Work item
In the entries below, find the line with "#60=EDGE_CURVE('',#51,#58,#59,.T.);" and the line with "#68=AXIS2_PLACEMENT_3D('',#50,#67,#52);". Return those two lines and all lines between them, exactly.

┌────────

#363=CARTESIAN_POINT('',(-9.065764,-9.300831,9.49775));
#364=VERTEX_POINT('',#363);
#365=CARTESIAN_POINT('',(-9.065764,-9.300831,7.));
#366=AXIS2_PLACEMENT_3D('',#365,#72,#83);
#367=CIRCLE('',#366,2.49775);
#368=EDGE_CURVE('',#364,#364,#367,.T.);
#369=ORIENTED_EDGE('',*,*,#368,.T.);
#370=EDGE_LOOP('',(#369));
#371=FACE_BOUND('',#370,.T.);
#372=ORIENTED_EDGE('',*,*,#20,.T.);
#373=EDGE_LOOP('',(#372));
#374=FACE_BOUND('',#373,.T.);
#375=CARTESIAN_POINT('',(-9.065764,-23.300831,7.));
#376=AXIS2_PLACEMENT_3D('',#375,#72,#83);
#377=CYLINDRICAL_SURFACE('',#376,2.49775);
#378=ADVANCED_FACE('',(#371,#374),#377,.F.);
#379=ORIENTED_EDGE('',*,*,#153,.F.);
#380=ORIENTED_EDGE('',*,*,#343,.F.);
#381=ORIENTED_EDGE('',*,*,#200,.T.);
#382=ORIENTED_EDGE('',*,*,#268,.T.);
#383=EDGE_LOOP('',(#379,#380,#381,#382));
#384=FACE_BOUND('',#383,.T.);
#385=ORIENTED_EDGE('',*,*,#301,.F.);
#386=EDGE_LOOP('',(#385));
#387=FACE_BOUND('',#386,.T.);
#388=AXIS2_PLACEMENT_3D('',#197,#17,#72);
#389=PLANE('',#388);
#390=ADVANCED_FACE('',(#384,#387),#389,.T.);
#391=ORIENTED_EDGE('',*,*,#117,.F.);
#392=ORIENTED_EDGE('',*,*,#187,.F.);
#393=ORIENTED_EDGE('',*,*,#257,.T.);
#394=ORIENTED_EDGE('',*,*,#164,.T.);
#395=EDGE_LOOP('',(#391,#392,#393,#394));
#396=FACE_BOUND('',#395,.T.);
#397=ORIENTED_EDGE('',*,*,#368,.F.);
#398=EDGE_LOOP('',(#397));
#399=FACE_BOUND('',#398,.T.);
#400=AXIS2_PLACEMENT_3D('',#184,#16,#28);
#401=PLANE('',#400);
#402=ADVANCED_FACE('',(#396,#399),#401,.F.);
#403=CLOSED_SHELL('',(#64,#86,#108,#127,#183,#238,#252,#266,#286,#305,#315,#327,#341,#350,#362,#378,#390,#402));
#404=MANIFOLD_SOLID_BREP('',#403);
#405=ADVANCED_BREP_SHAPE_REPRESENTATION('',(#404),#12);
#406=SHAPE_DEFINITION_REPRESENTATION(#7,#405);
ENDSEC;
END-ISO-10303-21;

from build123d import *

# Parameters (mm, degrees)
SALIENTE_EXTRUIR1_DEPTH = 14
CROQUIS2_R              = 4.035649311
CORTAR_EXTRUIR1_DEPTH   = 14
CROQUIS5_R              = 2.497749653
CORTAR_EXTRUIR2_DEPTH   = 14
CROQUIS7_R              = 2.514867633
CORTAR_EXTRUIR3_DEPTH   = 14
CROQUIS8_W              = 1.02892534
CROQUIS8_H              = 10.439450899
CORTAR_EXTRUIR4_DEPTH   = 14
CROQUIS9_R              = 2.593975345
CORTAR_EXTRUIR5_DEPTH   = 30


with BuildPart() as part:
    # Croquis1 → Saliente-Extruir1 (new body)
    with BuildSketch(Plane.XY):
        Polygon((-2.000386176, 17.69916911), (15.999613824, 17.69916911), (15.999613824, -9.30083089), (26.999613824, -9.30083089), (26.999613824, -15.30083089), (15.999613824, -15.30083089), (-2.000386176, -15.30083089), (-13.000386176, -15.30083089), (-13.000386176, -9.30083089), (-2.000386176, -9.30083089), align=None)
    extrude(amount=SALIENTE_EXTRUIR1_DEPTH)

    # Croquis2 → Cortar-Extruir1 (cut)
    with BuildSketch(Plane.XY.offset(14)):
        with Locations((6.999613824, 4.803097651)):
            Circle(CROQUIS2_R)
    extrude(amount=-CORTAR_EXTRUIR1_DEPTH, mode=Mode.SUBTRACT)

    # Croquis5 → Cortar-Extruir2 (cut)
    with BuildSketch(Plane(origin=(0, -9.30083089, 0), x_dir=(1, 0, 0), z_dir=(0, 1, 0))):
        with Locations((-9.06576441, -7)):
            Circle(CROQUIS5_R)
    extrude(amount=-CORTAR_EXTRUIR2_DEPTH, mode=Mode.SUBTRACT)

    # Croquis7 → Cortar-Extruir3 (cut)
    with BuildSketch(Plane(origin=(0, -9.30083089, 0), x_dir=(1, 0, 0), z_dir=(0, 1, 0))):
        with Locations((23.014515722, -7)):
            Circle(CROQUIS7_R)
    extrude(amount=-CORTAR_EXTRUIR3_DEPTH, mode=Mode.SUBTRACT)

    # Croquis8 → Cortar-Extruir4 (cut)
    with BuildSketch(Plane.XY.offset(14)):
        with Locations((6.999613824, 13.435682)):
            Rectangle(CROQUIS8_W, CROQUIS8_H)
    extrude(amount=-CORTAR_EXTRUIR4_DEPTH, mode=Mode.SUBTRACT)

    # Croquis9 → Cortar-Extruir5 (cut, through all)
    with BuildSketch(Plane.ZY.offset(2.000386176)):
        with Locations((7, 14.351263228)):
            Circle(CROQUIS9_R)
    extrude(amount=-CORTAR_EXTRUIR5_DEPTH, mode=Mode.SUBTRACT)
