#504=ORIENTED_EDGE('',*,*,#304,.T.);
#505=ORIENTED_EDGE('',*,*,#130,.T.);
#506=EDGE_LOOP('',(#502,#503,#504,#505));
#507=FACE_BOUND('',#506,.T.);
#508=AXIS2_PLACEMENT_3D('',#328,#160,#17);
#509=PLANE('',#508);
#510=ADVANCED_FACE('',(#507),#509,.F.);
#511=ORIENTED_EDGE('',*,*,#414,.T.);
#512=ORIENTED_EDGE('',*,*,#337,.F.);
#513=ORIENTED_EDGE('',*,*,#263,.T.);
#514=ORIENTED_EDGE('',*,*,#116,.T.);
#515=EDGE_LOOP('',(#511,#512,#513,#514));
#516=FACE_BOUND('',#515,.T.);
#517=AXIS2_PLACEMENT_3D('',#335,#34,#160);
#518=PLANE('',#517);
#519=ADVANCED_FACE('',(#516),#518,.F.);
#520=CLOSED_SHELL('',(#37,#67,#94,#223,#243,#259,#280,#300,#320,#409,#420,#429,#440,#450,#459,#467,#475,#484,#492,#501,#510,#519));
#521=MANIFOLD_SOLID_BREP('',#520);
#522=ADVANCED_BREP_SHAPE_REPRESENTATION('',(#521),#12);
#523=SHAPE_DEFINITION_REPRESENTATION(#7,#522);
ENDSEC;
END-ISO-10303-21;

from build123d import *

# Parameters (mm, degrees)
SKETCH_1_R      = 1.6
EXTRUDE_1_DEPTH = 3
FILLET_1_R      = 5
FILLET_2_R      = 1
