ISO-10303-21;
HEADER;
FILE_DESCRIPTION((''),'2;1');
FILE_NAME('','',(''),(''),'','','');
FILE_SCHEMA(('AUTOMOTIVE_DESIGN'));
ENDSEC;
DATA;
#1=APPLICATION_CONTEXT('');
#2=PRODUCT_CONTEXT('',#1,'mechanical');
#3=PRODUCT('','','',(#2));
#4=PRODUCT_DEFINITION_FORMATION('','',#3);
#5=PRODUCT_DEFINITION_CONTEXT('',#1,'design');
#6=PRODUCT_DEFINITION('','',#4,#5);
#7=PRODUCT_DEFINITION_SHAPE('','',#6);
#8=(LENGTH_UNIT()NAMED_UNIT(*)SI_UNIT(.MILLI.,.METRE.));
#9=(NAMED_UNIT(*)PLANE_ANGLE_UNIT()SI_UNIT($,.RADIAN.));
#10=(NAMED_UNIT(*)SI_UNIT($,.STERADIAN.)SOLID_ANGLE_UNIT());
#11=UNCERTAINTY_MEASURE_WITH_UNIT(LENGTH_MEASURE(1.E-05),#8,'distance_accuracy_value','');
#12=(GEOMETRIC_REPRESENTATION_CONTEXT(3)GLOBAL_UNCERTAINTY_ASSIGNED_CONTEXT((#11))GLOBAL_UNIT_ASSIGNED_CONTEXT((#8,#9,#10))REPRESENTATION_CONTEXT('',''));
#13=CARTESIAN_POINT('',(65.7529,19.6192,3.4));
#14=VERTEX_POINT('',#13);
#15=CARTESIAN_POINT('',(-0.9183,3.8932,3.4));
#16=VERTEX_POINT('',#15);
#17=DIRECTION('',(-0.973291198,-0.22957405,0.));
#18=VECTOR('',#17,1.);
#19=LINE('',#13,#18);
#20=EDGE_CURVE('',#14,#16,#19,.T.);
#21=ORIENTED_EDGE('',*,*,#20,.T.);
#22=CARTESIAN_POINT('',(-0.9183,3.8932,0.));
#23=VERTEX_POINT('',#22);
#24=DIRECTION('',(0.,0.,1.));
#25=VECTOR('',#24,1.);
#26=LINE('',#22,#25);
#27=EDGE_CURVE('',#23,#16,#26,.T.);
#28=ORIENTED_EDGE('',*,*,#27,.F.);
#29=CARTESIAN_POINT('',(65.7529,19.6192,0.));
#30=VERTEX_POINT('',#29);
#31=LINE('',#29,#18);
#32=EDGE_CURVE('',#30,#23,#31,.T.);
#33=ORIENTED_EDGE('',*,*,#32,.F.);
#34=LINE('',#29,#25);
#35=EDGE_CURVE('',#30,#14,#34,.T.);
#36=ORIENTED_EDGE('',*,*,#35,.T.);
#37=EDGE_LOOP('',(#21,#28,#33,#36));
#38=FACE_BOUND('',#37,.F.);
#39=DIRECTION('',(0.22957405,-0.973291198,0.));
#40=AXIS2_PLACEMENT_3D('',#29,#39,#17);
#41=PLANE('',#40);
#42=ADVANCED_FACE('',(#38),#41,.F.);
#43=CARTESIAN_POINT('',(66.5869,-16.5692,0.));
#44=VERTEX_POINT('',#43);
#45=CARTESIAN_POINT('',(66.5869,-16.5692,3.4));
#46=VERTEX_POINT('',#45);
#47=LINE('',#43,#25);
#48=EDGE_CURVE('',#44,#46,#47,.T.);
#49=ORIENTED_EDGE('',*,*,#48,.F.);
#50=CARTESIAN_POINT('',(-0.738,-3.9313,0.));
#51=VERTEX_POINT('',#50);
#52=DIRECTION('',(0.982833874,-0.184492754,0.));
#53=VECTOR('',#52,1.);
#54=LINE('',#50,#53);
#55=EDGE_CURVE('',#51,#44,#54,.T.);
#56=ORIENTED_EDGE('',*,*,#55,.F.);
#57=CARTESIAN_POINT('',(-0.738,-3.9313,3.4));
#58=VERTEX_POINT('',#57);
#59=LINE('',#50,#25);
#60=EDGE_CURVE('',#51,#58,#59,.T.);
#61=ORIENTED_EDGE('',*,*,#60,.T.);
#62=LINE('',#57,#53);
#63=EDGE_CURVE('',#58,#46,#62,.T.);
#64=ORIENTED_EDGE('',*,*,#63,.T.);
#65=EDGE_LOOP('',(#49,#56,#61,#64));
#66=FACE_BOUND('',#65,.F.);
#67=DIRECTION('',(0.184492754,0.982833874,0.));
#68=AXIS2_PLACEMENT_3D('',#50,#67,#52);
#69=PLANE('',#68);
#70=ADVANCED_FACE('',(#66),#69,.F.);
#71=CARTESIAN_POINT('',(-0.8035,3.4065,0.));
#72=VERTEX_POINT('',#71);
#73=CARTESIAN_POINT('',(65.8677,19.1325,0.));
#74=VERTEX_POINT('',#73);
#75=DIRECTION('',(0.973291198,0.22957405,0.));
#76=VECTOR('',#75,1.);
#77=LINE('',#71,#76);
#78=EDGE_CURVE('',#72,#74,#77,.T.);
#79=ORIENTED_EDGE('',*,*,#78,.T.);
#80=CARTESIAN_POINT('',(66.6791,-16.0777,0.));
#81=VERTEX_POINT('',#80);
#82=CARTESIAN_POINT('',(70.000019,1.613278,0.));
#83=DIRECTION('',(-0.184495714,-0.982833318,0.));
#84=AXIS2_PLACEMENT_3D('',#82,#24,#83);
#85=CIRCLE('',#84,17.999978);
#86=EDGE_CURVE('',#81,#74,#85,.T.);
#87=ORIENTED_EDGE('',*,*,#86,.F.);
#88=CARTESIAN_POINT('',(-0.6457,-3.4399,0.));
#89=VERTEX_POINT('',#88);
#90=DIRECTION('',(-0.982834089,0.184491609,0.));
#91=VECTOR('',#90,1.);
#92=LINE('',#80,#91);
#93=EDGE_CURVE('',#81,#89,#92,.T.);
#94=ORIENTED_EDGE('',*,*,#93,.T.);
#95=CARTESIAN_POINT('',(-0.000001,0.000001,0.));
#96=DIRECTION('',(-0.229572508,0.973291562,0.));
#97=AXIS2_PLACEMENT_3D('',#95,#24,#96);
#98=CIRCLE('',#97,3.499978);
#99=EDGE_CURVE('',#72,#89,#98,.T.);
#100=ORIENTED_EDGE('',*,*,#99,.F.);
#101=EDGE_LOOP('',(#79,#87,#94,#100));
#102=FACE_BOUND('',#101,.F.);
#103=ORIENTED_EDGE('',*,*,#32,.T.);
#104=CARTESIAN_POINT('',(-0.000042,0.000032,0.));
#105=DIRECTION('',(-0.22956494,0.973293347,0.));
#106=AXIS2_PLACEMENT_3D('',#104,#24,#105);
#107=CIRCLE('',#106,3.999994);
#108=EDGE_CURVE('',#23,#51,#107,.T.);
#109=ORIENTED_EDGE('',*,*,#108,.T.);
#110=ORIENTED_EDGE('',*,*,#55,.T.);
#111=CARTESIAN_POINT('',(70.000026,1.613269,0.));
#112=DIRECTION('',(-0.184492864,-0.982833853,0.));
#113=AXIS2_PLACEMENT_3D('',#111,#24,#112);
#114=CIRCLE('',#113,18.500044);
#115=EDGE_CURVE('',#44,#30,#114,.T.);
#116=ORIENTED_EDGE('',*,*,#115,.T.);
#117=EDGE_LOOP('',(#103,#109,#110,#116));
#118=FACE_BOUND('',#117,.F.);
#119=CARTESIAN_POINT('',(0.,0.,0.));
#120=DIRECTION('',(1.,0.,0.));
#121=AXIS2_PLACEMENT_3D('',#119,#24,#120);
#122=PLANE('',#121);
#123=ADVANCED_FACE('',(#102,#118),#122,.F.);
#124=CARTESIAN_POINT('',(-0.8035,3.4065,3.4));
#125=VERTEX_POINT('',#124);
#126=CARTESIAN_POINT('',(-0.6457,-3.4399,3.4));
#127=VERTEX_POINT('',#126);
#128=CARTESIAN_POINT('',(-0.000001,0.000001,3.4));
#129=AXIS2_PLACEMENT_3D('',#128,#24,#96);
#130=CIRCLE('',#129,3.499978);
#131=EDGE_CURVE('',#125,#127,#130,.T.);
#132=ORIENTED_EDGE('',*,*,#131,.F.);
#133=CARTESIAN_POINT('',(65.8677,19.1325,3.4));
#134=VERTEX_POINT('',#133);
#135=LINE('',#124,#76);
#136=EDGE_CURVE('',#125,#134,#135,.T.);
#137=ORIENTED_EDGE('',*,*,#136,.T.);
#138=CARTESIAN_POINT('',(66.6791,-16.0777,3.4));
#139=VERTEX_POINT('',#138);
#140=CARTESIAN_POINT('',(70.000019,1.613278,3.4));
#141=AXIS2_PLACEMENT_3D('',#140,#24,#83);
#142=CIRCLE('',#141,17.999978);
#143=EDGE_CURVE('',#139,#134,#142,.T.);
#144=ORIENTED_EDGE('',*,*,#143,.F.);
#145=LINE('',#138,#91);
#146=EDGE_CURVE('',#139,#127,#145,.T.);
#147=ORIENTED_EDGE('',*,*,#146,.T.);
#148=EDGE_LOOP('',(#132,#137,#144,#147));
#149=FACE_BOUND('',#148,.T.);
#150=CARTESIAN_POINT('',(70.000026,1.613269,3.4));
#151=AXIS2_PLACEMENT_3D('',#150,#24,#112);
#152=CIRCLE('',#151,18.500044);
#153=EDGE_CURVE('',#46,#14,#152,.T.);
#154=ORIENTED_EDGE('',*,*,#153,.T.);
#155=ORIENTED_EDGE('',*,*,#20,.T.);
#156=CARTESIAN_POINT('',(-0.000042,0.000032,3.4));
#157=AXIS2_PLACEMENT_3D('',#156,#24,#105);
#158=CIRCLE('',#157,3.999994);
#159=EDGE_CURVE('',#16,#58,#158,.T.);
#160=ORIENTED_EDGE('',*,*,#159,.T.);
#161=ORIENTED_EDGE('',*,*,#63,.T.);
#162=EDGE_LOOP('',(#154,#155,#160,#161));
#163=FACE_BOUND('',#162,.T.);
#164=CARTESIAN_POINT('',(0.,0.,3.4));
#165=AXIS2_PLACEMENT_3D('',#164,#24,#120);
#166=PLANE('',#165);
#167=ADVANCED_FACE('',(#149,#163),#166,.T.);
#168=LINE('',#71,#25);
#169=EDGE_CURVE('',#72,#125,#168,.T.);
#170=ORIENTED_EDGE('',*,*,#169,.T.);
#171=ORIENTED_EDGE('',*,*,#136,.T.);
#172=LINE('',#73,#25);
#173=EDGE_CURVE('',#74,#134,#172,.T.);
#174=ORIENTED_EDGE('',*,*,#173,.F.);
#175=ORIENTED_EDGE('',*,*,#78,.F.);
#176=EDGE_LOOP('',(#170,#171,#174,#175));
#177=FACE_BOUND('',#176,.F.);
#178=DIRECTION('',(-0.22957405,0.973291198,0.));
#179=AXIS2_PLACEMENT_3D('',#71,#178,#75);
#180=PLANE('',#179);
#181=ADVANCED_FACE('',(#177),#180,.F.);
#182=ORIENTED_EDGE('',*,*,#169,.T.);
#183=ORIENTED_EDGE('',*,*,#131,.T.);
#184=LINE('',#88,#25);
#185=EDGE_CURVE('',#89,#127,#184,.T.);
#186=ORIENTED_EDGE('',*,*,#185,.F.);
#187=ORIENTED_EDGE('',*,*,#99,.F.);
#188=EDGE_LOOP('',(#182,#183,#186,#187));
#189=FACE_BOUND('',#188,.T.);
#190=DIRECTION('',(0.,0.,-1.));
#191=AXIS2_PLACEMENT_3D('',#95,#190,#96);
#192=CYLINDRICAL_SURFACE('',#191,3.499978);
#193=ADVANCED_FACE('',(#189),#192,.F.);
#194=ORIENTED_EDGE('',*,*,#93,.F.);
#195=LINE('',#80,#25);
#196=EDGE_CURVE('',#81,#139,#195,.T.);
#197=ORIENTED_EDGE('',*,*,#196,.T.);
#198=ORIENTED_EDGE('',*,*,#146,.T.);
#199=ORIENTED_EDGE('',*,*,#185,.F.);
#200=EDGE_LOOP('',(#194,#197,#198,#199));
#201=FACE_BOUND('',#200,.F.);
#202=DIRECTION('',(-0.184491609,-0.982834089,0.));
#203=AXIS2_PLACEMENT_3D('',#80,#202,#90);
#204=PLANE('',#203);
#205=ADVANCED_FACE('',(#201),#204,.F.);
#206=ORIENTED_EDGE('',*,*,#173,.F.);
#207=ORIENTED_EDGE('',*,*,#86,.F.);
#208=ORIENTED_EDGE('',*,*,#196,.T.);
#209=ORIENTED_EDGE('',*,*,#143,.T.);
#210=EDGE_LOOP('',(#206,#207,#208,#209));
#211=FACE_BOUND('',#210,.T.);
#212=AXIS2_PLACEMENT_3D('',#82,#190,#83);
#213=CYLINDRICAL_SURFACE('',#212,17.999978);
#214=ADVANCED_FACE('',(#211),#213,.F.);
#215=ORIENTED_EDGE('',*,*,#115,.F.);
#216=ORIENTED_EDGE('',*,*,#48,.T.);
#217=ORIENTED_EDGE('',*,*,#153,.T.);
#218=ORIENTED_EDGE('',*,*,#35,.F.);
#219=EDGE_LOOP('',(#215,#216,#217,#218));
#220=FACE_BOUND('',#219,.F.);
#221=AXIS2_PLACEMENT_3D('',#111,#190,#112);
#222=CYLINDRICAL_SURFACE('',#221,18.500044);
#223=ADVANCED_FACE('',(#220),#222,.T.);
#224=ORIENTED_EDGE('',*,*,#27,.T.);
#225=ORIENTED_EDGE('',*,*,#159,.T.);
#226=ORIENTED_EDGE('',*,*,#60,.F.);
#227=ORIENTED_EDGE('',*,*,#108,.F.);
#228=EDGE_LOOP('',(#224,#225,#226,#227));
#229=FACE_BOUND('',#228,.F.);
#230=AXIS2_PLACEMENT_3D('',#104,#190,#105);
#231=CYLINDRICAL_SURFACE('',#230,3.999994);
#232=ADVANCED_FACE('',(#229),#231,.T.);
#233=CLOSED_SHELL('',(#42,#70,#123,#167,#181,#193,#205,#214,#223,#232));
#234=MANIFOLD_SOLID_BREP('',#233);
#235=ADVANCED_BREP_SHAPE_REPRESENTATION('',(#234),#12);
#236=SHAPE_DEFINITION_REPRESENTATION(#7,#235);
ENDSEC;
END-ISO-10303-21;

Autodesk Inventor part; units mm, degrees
ref_plane "YZ Plane" through (0, 0, 0) normal (1, 0, 0) x (0, 1, 0)
ref_plane "XZ Plane" through (0, 0, 0) normal (0, 1, 0) x (-1, 0, 0)
ref_plane "XY Plane" through (0, 0, 0) normal (0, 0, 1) x (1, 0, 0)
sketch "Sketch1" plane through (0, 0, 0) normal (0, 0, 1) x (1, 0, 0)
  arc A0 (-0.8035, 3.4065) -> (-0.6457, -3.4399) centre (0, 0) ccw
  arc A1 (66.6791, -16.0777) -> (65.8677, 19.1325) centre (70, 1.6133) ccw
  line L0 (-0.8035, 3.4065) -> (65.8677, 19.1325)
  line L1 (66.6791, -16.0777) -> (-0.6457, -3.4399)
  line L2 (0, 0) -> (70, 1.6133) construction
  line L3 (65.7529, 19.6192) -> (-0.9183, 3.8932)
  arc A2 (-0.9183, 3.8932) -> (-0.738, -3.9313) centre (0, 0) ccw
  line L4 (-0.738, -3.9313) -> (66.5869, -16.5692)
  arc A3 (66.5869, -16.5692) -> (65.7529, 19.6192) centre (70, 1.6133) ccw
  circle A4 centre (0, 0) radius 3.5 construction
  circle A5 centre (70, 1.6133) radius 18 construction
  dimension "d0" = 0.5
extrude "Extrusion1" add sketch "Sketch1" along normal blind 3.4
properties part number "Rubberband"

└────────

Answer to this exercise
#60=EDGE_CURVE('',#51,#58,#59,.T.);
#61=ORIENTED_EDGE('',*,*,#60,.T.);
#62=LINE('',#57,#53);
#63=EDGE_CURVE('',#58,#46,#62,.T.);
#64=ORIENTED_EDGE('',*,*,#63,.T.);
#65=EDGE_LOOP('',(#49,#56,#61,#64));
#66=FACE_BOUND('',#65,.F.);
#67=DIRECTION('',(0.184492754,0.982833874,0.));
#68=AXIS2_PLACEMENT_3D('',#50,#67,#52);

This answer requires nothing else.